As described above, other reports have compared the relative efficacy of antioxidant system in prostate cancer. However, this work develops a more graded study by including models representative of different stages of prostate malignancy.

To our knowledge, our study performed on cell lines representing normal prostate epithelium, localized and metastatic prostate cancer, all stages of prostate cancer progression, is the first demonstrating an increase of ROS (peroxides) along with prostate cancer progression, concomitantly with OS adaptation. Therefore we suggest that this duality may be necessary for prostate cancer progression and for a more aggressive malignant phenotype. On the other hand, as normal epithelium cell line shows lower ROS levels in basal conditions, but greater sensitivity to cytotoxicity induced by ROS (500 μM H2O2) and concomitantly lower GSH levels and Gl-Red activity, these conditions may contribute to a higher susceptibility to OS lesion by normal prostate epithelium.

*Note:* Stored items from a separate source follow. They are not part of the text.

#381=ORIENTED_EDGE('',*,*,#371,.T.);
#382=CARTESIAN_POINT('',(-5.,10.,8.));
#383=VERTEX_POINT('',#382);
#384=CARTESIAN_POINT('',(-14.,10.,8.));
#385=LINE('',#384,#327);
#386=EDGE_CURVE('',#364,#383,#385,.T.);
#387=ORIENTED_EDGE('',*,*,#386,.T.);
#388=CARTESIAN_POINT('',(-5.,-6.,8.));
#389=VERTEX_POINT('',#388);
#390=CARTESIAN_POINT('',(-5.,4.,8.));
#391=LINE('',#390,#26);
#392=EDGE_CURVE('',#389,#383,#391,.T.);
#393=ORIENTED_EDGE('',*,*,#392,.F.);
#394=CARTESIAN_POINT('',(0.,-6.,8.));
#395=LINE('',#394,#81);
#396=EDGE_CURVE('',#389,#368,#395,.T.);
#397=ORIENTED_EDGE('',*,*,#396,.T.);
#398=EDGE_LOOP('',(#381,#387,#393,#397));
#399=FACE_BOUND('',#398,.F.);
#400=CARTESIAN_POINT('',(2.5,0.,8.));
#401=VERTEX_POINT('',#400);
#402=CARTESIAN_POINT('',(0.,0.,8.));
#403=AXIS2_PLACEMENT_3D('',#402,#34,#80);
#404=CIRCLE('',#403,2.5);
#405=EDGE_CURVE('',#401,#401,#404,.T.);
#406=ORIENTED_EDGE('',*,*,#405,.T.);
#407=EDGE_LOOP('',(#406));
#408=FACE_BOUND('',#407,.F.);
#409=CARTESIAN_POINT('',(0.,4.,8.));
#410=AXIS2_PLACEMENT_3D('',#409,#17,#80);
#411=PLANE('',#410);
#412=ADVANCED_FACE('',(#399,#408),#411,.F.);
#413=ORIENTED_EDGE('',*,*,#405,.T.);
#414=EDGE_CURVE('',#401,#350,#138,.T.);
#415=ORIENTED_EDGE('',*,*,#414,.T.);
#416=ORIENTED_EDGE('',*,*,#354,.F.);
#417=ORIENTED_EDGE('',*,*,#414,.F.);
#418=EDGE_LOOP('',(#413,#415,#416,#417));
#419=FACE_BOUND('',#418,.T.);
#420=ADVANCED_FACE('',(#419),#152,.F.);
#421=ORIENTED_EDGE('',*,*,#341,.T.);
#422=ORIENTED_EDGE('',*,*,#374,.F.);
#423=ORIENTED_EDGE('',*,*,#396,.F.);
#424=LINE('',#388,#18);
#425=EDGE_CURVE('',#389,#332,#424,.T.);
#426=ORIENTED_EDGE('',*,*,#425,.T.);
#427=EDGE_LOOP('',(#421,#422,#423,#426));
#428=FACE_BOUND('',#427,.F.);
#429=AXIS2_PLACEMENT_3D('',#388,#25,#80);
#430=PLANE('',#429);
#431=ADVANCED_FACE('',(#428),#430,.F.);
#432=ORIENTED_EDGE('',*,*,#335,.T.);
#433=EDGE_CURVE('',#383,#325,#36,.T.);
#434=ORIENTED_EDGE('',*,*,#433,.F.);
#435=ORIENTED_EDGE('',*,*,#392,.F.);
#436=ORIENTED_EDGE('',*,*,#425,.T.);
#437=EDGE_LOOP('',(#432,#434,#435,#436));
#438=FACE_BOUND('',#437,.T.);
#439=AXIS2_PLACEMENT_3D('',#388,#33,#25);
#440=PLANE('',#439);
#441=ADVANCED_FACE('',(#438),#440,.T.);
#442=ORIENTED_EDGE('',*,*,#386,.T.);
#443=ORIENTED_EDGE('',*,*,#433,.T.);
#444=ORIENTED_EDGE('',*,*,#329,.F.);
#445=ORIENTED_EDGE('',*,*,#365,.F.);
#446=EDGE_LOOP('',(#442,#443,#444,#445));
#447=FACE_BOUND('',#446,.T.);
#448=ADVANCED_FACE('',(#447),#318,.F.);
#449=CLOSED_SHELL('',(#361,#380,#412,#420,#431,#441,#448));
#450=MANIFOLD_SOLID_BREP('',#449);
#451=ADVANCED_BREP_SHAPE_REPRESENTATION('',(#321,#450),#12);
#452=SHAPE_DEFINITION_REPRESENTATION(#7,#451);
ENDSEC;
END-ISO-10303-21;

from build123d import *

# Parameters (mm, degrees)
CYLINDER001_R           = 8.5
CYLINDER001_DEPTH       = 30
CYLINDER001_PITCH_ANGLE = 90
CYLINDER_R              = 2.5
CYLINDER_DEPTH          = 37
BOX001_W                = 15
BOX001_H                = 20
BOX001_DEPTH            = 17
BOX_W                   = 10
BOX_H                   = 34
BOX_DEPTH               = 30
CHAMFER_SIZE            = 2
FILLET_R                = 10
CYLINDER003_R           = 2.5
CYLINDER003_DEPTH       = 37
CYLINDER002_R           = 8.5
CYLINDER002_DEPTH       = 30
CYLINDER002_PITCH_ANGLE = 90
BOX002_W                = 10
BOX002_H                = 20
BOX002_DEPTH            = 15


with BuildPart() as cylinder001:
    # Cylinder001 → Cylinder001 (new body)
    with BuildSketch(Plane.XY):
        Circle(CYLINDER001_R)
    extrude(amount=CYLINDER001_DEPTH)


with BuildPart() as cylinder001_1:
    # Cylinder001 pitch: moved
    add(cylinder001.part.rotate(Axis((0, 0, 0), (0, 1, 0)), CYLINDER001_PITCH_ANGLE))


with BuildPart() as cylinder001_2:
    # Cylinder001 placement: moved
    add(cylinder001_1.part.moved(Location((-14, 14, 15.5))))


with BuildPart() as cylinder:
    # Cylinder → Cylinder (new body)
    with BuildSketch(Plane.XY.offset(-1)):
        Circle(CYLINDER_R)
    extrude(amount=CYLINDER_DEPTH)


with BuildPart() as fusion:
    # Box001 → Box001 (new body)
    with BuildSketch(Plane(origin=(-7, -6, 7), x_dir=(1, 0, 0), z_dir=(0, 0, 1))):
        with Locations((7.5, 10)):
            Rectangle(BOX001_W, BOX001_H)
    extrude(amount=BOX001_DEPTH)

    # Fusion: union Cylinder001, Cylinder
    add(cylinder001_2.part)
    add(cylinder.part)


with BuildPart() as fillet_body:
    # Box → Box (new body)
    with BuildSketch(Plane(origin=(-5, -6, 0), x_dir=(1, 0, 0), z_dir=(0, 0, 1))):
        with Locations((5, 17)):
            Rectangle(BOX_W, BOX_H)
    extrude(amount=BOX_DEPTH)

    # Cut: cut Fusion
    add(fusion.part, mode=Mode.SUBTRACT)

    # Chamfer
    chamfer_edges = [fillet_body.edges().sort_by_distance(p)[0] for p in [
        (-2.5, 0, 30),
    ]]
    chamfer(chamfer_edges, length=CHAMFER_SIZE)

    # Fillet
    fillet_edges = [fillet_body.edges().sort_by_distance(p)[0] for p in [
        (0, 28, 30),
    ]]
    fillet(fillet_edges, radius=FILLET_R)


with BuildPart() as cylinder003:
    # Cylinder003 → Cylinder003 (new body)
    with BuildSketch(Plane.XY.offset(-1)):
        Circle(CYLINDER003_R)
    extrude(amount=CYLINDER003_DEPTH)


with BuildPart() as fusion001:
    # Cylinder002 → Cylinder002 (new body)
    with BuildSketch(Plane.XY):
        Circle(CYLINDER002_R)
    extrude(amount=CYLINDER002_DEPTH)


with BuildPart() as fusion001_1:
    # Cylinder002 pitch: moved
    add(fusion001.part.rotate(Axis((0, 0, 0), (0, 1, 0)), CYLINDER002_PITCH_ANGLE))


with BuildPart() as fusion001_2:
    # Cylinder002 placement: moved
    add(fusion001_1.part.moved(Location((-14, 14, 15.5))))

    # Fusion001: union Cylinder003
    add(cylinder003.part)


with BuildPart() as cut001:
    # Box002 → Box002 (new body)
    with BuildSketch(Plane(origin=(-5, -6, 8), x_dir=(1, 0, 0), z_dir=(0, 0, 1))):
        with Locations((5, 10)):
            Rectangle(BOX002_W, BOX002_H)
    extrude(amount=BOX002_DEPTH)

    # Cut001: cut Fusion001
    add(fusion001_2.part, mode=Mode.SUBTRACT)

The cell line model, presented here shows an important approach to understanding OS through the different stages of prostate cancer. However, it is possible that cell lines do not exactly reflect the true in vivo situation. We also realize that the present strategy, developed in a cell line model, may not be efficient when applied to in vivo experiments. Different culture conditions could influence the observed results. However, this study does propose OS modulation as a possible new therapeutic approach in prostate cancer. We intend to carry out further evaluation of this strategy to in vivo model.

Furthermore, as far as we are aware, we are the first to confirm the pivotal role of GI-Red’s activity as a new target-directed therapeutic tool in the treatment of prostate cancer.